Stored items
########

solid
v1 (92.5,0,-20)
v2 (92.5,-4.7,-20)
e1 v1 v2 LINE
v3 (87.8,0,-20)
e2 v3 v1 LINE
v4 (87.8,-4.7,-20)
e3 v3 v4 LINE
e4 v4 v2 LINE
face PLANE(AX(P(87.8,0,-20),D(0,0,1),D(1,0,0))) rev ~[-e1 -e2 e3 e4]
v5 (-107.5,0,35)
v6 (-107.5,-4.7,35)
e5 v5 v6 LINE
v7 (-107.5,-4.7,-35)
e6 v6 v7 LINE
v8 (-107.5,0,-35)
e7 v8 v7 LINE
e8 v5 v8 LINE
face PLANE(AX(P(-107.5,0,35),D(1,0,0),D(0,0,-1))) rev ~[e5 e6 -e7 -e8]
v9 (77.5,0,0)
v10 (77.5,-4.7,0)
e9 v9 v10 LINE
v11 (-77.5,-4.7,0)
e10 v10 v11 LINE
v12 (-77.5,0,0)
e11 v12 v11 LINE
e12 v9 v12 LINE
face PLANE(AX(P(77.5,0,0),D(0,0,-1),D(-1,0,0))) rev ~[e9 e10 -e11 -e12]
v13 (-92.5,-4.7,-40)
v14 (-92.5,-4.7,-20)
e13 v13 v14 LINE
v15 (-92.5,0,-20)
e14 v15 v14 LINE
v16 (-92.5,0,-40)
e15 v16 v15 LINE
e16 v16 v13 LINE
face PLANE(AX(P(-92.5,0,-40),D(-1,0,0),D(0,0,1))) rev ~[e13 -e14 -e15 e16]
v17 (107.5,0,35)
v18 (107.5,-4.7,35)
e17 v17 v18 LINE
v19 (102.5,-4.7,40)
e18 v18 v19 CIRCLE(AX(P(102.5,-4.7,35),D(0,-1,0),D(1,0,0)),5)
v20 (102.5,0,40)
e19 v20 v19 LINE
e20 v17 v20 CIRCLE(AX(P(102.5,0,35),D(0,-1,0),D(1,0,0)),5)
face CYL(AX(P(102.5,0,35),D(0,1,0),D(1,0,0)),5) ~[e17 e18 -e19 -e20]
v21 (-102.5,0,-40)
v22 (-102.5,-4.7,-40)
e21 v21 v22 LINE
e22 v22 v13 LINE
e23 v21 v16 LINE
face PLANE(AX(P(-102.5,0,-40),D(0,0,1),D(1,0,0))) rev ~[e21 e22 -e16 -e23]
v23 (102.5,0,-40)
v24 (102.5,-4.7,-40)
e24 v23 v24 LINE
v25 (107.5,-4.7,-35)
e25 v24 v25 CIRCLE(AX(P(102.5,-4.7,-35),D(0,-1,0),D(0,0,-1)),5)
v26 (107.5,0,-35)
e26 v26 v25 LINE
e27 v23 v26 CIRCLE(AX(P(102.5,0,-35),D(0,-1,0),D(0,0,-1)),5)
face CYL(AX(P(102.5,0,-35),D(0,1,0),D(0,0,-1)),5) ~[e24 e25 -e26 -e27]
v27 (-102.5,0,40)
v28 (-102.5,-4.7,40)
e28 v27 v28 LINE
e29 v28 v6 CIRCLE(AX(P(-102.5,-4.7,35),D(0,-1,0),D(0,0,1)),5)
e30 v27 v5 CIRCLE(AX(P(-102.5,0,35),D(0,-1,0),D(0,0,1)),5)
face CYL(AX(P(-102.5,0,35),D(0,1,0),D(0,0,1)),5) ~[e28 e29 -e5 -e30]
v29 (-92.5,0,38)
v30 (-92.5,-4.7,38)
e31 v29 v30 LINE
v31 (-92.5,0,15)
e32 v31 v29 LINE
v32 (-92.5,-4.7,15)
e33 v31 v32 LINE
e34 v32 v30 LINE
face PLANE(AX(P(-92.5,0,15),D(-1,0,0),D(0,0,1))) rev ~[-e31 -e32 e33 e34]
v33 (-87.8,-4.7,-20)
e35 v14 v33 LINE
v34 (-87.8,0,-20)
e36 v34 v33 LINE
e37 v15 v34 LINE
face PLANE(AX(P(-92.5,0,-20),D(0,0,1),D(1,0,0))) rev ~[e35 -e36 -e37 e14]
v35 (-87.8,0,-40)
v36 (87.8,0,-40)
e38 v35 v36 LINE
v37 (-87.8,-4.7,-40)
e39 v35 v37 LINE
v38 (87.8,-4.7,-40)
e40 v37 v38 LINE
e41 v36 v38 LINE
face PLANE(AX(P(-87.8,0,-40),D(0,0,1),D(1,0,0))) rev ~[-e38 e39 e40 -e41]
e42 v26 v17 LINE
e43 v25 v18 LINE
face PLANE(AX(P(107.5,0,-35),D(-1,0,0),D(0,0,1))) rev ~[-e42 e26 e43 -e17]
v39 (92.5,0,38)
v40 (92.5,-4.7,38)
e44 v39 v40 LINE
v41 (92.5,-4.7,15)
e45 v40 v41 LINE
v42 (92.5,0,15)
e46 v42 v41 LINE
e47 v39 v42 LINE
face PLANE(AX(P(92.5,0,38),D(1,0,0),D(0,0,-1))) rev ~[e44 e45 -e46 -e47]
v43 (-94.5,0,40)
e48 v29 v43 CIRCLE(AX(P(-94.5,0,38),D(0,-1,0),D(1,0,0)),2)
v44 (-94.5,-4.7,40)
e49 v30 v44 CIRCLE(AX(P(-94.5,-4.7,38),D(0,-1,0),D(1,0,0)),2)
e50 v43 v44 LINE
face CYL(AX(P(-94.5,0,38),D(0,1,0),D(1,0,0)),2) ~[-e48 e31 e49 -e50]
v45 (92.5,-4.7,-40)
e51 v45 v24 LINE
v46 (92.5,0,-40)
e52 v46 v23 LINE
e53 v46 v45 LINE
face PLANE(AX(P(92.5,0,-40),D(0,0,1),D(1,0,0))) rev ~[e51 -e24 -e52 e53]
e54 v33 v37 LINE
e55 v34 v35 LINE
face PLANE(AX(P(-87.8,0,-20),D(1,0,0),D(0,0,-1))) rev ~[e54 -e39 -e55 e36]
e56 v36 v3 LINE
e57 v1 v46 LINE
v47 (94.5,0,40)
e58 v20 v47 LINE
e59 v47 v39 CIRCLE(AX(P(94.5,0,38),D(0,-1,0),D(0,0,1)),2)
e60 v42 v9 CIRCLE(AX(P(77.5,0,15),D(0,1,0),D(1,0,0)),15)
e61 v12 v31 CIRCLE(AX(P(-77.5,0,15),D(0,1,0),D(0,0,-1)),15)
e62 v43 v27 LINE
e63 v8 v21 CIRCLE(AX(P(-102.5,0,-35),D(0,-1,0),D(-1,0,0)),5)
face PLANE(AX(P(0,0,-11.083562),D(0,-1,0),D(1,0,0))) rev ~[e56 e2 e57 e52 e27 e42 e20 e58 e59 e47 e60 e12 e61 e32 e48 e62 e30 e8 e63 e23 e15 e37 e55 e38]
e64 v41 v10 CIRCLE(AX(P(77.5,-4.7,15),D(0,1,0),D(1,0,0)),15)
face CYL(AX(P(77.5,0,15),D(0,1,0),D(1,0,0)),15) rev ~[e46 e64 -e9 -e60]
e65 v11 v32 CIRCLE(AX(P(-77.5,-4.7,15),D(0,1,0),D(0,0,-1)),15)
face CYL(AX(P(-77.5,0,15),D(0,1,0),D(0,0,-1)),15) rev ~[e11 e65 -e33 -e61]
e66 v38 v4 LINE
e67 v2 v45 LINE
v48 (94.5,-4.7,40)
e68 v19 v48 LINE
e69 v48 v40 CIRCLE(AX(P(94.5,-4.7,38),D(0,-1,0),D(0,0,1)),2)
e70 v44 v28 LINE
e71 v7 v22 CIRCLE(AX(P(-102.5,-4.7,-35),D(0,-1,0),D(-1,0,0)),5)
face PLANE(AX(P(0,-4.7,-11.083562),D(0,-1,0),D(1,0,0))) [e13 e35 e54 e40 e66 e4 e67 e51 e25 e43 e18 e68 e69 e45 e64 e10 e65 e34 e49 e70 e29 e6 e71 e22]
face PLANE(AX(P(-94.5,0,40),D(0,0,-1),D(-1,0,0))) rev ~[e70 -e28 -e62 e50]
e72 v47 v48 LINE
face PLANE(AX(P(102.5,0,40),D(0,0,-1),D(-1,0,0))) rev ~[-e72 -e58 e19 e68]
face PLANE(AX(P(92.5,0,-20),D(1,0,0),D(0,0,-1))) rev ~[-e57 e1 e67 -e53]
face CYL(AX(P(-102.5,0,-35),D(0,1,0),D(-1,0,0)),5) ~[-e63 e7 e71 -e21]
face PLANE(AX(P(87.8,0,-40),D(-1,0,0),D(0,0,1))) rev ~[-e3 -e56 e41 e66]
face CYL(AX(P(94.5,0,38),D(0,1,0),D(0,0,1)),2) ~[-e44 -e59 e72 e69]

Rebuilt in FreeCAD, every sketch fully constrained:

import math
import FreeCAD as App
import Part
import Sketcher
from FreeCAD import Vector
Q = App.Units.Quantity

doc = App.newDocument("Part")
params = doc.addObject("Spreadsheet::Sheet", "Params")
for row, (alias, value) in enumerate([
    ("sketch1_radius", "2 mm"),
    ("sketch1_radius2", "5 mm"),
    ("sketch1_radius3", "15 mm"),
    ("sketch1_width", "8 mm"),
    ("sketch1_width2", "155 mm"),
    ("pad1_length", "4.7 mm"),
], start=1):
    params.set(f"A{row}", alias)
    params.set(f"B{row}", "=" + value)
    params.setAlias(f"B{row}", alias)

body = doc.addObject("PartDesign::Body", "Body")

sketch1 = body.newObject("Sketcher::SketchObject", "Sketch")
sketch1.AttachmentSupport = (doc.getObject("XZ_Plane"), [""])
sketch1.MapMode = "FlatFace"
sketch1.addGeometry([
    Part.LineSegment(Vector(-92.5, 15, 0), Vector(-92.5, 38, 0)),
    Part.ArcOfCircle(Part.Circle(Vector(-94.5, 38, 0), Vector(0, 0, 1), 2), math.radians(0), math.radians(90)),
    Part.LineSegment(Vector(-94.5, 40, 0), Vector(-102.5, 40, 0)),
    Part.ArcOfCircle(Part.Circle(Vector(-102.5, 35, 0), Vector(0, 0, 1), 5), math.radians(90), math.radians(180)),
    Part.LineSegment(Vector(-107.5, 35, 0), Vector(-107.5, -35, 0)),
    Part.ArcOfCircle(Part.Circle(Vector(-102.5, -35, 0), Vector(0, 0, 1), 5), math.radians(180), math.radians(270)),
    Part.LineSegment(Vector(-102.5, -40, 0), Vector(-92.5, -40, 0)),
    Part.LineSegment(Vector(-92.5, -40, 0), Vector(-92.5, -20, 0)),
    Part.LineSegment(Vector(-92.5, -20, 0), Vector(-87.8, -20, 0)),
    Part.LineSegment(Vector(-87.8, -20, 0), Vector(-87.8, -40, 0)),
    Part.LineSegment(Vector(-87.8, -40, 0), Vector(87.8, -40, 0)),
    Part.LineSegment(Vector(87.8, -40, 0), Vector(87.8, -20, 0)),
    Part.LineSegment(Vector(87.8, -20, 0), Vector(92.5, -20, 0)),
    Part.LineSegment(Vector(92.5, -20, 0), Vector(92.5, -40, 0)),
    Part.LineSegment(Vector(92.5, -40, 0), Vector(102.5, -40, 0)),
    Part.ArcOfCircle(Part.Circle(Vector(102.5, -35, 0), Vector(0, 0, 1), 5), math.radians(-90), math.radians(0)),
    Part.LineSegment(Vector(107.5, -35, 0), Vector(107.5, 35, 0)),
    Part.ArcOfCircle(Part.Circle(Vector(102.5, 35, 0), Vector(0, 0, 1), 5), math.radians(0), math.radians(90)),
    Part.LineSegment(Vector(102.5, 40, 0), Vector(94.5, 40, 0)),
    Part.ArcOfCircle(Part.Circle(Vector(94.5, 38, 0), Vector(0, 0, 1), 2), math.radians(90), math.radians(180)),
    Part.LineSegment(Vector(92.5, 38, 0), Vector(92.5, 15, 0)),
    Part.ArcOfCircle(Part.Circle(Vector(77.5, 15, 0), Vector(0, 0, 1), 15), math.radians(-90), math.radians(0)),
    Part.LineSegment(Vector(77.5, 0, 0), Vector(-77.5, 0, 0)),
    Part.ArcOfCircle(Part.Circle(Vector(-77.5, 15, 0), Vector(0, 0, 1), 15), math.radians(180), math.radians(270)),
], False)
sketch1.addConstraint([
    Sketcher.Constraint("Tangent", 0, 2, 1, 1),
    Sketcher.Constraint("Tangent", 1, 2, 2, 1),
    Sketcher.Constraint("Tangent", 2, 2, 3, 1),
    Sketcher.Constraint("Tangent", 3, 2, 4, 1),
    Sketcher.Constraint("Tangent", 4, 2, 5, 1),
    Sketcher.Constraint("Tangent", 5, 2, 6, 1),
    Sketcher.Constraint("Coincident", 6, 2, 7, 1),
    Sketcher.Constraint("Coincident", 7, 2, 8, 1),
    Sketcher.Constraint("Coincident", 8, 2, 9, 1),
    Sketcher.Constraint("Coincident", 9, 2, 10, 1),
    Sketcher.Constraint("Coincident", 10, 2, 11, 1),
    Sketcher.Constraint("Coincident", 11, 2, 12, 1),
    Sketcher.Constraint("Coincident", 12, 2, 13, 1),
    Sketcher.Constraint("Coincident", 13, 2, 14, 1),
    Sketcher.Constraint("Tangent", 14, 2, 15, 1),
    Sketcher.Constraint("Tangent", 15, 2, 16, 1),
    Sketcher.Constraint("Tangent", 16, 2, 17, 1),
    Sketcher.Constraint("Tangent", 17, 2, 18, 1),
    Sketcher.Constraint("Tangent", 18, 2, 19, 1),
    Sketcher.Constraint("Tangent", 19, 2, 20, 1),
    Sketcher.Constraint("Tangent", 20, 2, 21, 2),
    Sketcher.Constraint("Tangent", 21, 1, 22, 1),
    Sketcher.Constraint("Tangent", 22, 2, 23, 2),
    Sketcher.Constraint("Tangent", 23, 1, 0, 1),
    Sketcher.Constraint("Vertical", 0),
    Sketcher.Constraint("Horizontal", 2),
    Sketcher.Constraint("Vertical", 4),
    Sketcher.Constraint("Horizontal", 6),
    Sketcher.Constraint("Vertical", 7),
    Sketcher.Constraint("Horizontal", 8),
    Sketcher.Constraint("Vertical", 9),
    Sketcher.Constraint("Horizontal", 10),
    Sketcher.Constraint("Vertical", 11),
    Sketcher.Constraint("Horizontal", 12),
    Sketcher.Constraint("Vertical", 13),
    Sketcher.Constraint("Horizontal", 14),
    Sketcher.Constraint("Vertical", 16),
    Sketcher.Constraint("Horizontal", 18),
    Sketcher.Constraint("Vertical", 20),
    Sketcher.Constraint("Horizontal", 22),
    Sketcher.Constraint("Equal", 3, 5),
    Sketcher.Constraint("Equal", 5, 15),
    Sketcher.Constraint("Equal", 15, 17),
    Sketcher.Constraint("Equal", 1, 19),
    Sketcher.Constraint("Equal", 21, 23),
    Sketcher.Constraint("Symmetric", 3, 3, 15, 3, -1, 1),
    Sketcher.Constraint("Symmetric", 21, 1, 22, 2, -1, 1),
    Sketcher.Constraint("Symmetric", 8, 2, 11, 2, -2),
    Sketcher.Constraint("Symmetric", 6, 2, 13, 2, -2),
    Sketcher.Constraint("Horizontal", 3, 3, 17, 3),
    Sketcher.Constraint("Horizontal", 6, 2, 9, 2),
    Sketcher.Constraint("Vertical", 0, 2, 6, 2),
    Sketcher.Constraint("Radius", 1, Q("2 mm")),
    Sketcher.Constraint("Radius", 3, Q("5 mm")),
    Sketcher.Constraint("Radius", 21, Q("15 mm")),
    Sketcher.Constraint("DistanceX", 2, 2, 2, 1, Q("8 mm")),
    Sketcher.Constraint("DistanceX", 22, 2, 22, 1, Q("155 mm")),
    Sketcher.Constraint("DistanceY", 0, 1, 0, 2, Q("23 mm")),
    Sketcher.Constraint("DistanceY", 7, 1, 7, 2, Q("20 mm")),
    Sketcher.Constraint("DistanceX", 8, 1, 8, 2, Q("4.7 mm")),
])
sketch1.setExpression("Constraints[52]", "Params.sketch1_radius")
sketch1.setExpression("Constraints[53]", "Params.sketch1_radius2")
sketch1.setExpression("Constraints[54]", "Params.sketch1_radius3")
sketch1.setExpression("Constraints[55]", "Params.sketch1_width")
sketch1.setExpression("Constraints[56]", "Params.sketch1_width2")
pad1 = body.newObject("PartDesign::Pad", "Pad")
pad1.Profile = sketch1
pad1.setExpression("Length", "Params.pad1_length")

doc.recompute()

########

Task goal:
Reproduce only the lines above, starting at the line with "v36 (87.8,0,-40)" and ending at the line with "e71 v7 v22 CIRCLE(AX(P(-102.5,-4.7,-35),D(0,-1,0),D(-1,0,0)),5)", exactly as written.

Worked solution:
v36 (87.8,0,-40)
e38 v35 v36 LINE
v37 (-87.8,-4.7,-40)
e39 v35 v37 LINE
v38 (87.8,-4.7,-40)
e40 v37 v38 LINE
e41 v36 v38 LINE
face PLANE(AX(P(-87.8,0,-40),D(0,0,1),D(1,0,0))) rev ~[-e38 e39 e40 -e41]
e42 v26 v17 LINE
e43 v25 v18 LINE
face PLANE(AX(P(107.5,0,-35),D(-1,0,0),D(0,0,1))) rev ~[-e42 e26 e43 -e17]
v39 (92.5,0,38)
v40 (92.5,-4.7,38)
e44 v39 v40 LINE
v41 (92.5,-4.7,15)
e45 v40 v41 LINE
v42 (92.5,0,15)
e46 v42 v41 LINE
e47 v39 v42 LINE
face PLANE(AX(P(92.5,0,38),D(1,0,0),D(0,0,-1))) rev ~[e44 e45 -e46 -e47]
v43 (-94.5,0,40)
e48 v29 v43 CIRCLE(AX(P(-94.5,0,38),D(0,-1,0),D(1,0,0)),2)
v44 (-94.5,-4.7,40)
e49 v30 v44 CIRCLE(AX(P(-94.5,-4.7,38),D(0,-1,0),D(1,0,0)),2)
e50 v43 v44 LINE
face CYL(AX(P(-94.5,0,38),D(0,1,0),D(1,0,0)),2) ~[-e48 e31 e49 -e50]
v45 (92.5,-4.7,-40)
e51 v45 v24 LINE
v46 (92.5,0,-40)
e52 v46 v23 LINE
e53 v46 v45 LINE
face PLANE(AX(P(92.5,0,-40),D(0,0,1),D(1,0,0))) rev ~[e51 -e24 -e52 e53]
e54 v33 v37 LINE
e55 v34 v35 LINE
face PLANE(AX(P(-87.8,0,-20),D(1,0,0),D(0,0,-1))) rev ~[e54 -e39 -e55 e36]
e56 v36 v3 LINE
e57 v1 v46 LINE
v47 (94.5,0,40)
e58 v20 v47 LINE
e59 v47 v39 CIRCLE(AX(P(94.5,0,38),D(0,-1,0),D(0,0,1)),2)
e60 v42 v9 CIRCLE(AX(P(77.5,0,15),D(0,1,0),D(1,0,0)),15)
e61 v12 v31 CIRCLE(AX(P(-77.5,0,15),D(0,1,0),D(0,0,-1)),15)
e62 v43 v27 LINE
e63 v8 v21 CIRCLE(AX(P(-102.5,0,-35),D(0,-1,0),D(-1,0,0)),5)
face PLANE(AX(P(0,0,-11.083562),D(0,-1,0),D(1,0,0))) rev ~[e56 e2 e57 e52 e27 e42 e20 e58 e59 e47 e60 e12 e61 e32 e48 e62 e30 e8 e63 e23 e15 e37 e55 e38]
e64 v41 v10 CIRCLE(AX(P(77.5,-4.7,15),D(0,1,0),D(1,0,0)),15)
face CYL(AX(P(77.5,0,15),D(0,1,0),D(1,0,0)),15) rev ~[e46 e64 -e9 -e60]
e65 v11 v32 CIRCLE(AX(P(-77.5,-4.7,15),D(0,1,0),D(0,0,-1)),15)
face CYL(AX(P(-77.5,0,15),D(0,1,0),D(0,0,-1)),15) rev ~[e11 e65 -e33 -e61]
e66 v38 v4 LINE
e67 v2 v45 LINE
v48 (94.5,-4.7,40)
e68 v19 v48 LINE
e69 v48 v40 CIRCLE(AX(P(94.5,-4.7,38),D(0,-1,0),D(0,0,1)),2)
e70 v44 v28 LINE
e71 v7 v22 CIRCLE(AX(P(-102.5,-4.7,-35),D(0,-1,0),D(-1,0,0)),5)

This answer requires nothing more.